Cinquenta anos após o golpe, continuo a viver em um país que (convenientemente) sabe pouco ou quase nada sobre este capítulo da nossa história – e, por isso, não é incomum ouvirmos palavras saudosistas desse tempo.

“Eu estudei em escola pública e era uma beleza”, defendem alguns, esquecendo-se de que o desmonte do ensino público foi iniciado, justamente, na era dos “grandes” generais (um google no acordo MEC-USAID traz informações reveladoras sobre o delírio desse argumento). “Não havia corrupção”, sustentam outros, tapando os olhos para as recentes descobertas de que a alta cúpula do Exército recebeu um polpudo suborno às vésperas do golpe para aderir à marcha contra a suposta ameaça comunista.

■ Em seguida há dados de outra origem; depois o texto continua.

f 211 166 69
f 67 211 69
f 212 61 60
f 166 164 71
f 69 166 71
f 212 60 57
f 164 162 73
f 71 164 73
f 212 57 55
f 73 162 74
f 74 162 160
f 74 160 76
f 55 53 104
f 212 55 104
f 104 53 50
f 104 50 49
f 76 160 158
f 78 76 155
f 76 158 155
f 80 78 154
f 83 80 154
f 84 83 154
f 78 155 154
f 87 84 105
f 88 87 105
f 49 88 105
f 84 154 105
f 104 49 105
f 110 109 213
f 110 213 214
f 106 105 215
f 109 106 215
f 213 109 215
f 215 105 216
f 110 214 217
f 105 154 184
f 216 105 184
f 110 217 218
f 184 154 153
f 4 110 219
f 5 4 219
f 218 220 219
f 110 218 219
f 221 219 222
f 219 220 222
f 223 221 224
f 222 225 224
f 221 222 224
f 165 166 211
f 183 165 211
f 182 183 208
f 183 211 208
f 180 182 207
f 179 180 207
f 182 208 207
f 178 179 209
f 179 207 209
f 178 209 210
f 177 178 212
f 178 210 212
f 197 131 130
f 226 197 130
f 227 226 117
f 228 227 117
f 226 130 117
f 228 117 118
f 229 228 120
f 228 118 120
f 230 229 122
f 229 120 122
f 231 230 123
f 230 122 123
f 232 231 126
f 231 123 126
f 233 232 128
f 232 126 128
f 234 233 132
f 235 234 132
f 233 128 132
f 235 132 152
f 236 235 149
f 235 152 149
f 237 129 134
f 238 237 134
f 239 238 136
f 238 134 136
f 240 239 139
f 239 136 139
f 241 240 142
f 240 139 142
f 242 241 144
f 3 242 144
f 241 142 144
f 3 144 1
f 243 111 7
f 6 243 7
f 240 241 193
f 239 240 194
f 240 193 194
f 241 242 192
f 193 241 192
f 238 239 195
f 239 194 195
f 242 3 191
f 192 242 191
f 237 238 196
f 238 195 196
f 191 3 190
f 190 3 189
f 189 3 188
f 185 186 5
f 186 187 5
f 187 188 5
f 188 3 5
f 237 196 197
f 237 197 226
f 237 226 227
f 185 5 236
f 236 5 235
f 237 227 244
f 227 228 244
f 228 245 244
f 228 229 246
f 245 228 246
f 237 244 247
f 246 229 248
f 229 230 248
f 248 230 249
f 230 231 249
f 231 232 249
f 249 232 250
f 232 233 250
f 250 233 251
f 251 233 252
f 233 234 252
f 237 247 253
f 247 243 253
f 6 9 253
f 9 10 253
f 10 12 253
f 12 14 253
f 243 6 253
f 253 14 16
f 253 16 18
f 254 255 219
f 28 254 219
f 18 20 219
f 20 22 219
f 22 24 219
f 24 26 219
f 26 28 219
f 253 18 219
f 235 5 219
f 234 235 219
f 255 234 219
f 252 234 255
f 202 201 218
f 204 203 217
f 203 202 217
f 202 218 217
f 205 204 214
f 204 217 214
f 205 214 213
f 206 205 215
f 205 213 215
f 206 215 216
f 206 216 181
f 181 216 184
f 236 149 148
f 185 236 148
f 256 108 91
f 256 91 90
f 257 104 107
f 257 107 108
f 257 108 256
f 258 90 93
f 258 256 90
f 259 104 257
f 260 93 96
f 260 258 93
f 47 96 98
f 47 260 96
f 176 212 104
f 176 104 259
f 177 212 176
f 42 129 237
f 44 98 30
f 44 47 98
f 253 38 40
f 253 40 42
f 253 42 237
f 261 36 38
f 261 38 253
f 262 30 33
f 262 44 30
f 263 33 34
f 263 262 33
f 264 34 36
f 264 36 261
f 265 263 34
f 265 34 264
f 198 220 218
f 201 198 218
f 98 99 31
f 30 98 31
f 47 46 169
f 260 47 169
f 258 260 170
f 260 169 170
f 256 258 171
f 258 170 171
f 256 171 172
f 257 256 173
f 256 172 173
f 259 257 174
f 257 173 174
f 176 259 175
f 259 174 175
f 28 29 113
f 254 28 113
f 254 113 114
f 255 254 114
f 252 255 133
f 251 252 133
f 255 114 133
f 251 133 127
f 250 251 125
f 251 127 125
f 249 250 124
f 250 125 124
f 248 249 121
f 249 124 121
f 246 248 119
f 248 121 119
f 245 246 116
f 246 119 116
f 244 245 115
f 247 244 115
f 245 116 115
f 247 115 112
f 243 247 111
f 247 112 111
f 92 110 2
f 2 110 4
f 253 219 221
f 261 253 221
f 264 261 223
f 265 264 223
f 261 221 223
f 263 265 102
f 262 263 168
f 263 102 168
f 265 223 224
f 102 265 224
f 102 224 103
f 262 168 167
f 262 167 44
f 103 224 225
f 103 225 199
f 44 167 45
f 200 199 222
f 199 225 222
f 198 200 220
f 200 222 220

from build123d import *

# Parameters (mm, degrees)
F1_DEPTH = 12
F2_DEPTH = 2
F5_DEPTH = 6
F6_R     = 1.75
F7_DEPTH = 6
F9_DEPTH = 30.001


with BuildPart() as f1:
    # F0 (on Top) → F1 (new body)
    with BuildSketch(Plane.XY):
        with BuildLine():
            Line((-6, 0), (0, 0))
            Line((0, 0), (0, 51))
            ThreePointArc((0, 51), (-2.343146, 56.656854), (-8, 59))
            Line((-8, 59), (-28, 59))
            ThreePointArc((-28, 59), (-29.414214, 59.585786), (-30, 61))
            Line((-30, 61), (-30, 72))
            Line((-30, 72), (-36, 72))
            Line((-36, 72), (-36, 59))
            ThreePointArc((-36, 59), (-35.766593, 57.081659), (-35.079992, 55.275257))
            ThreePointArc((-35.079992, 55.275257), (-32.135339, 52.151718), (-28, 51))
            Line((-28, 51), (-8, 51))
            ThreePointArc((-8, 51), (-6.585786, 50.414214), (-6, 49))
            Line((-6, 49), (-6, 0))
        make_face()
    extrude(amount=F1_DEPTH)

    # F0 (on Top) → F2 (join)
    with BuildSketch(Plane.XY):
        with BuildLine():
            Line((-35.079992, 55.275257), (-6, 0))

São muitos os nós a serem desatados para entendermos com clareza o que representou e ainda representa o regime militar em nossas vidas. Enquanto não abrirmos os arquivos secretos da época para passar a limpo essa história, continuaremos a fingir que tudo caminha bem e que nada disso nos diz respeito. Mesmo com a população levando porrada nas ruas ao decidir se manifestar ou com a omissão dos corpos dos nossos tantos Amarildos. Práticas de outrora ainda tão enraizadas nos dias de hoje.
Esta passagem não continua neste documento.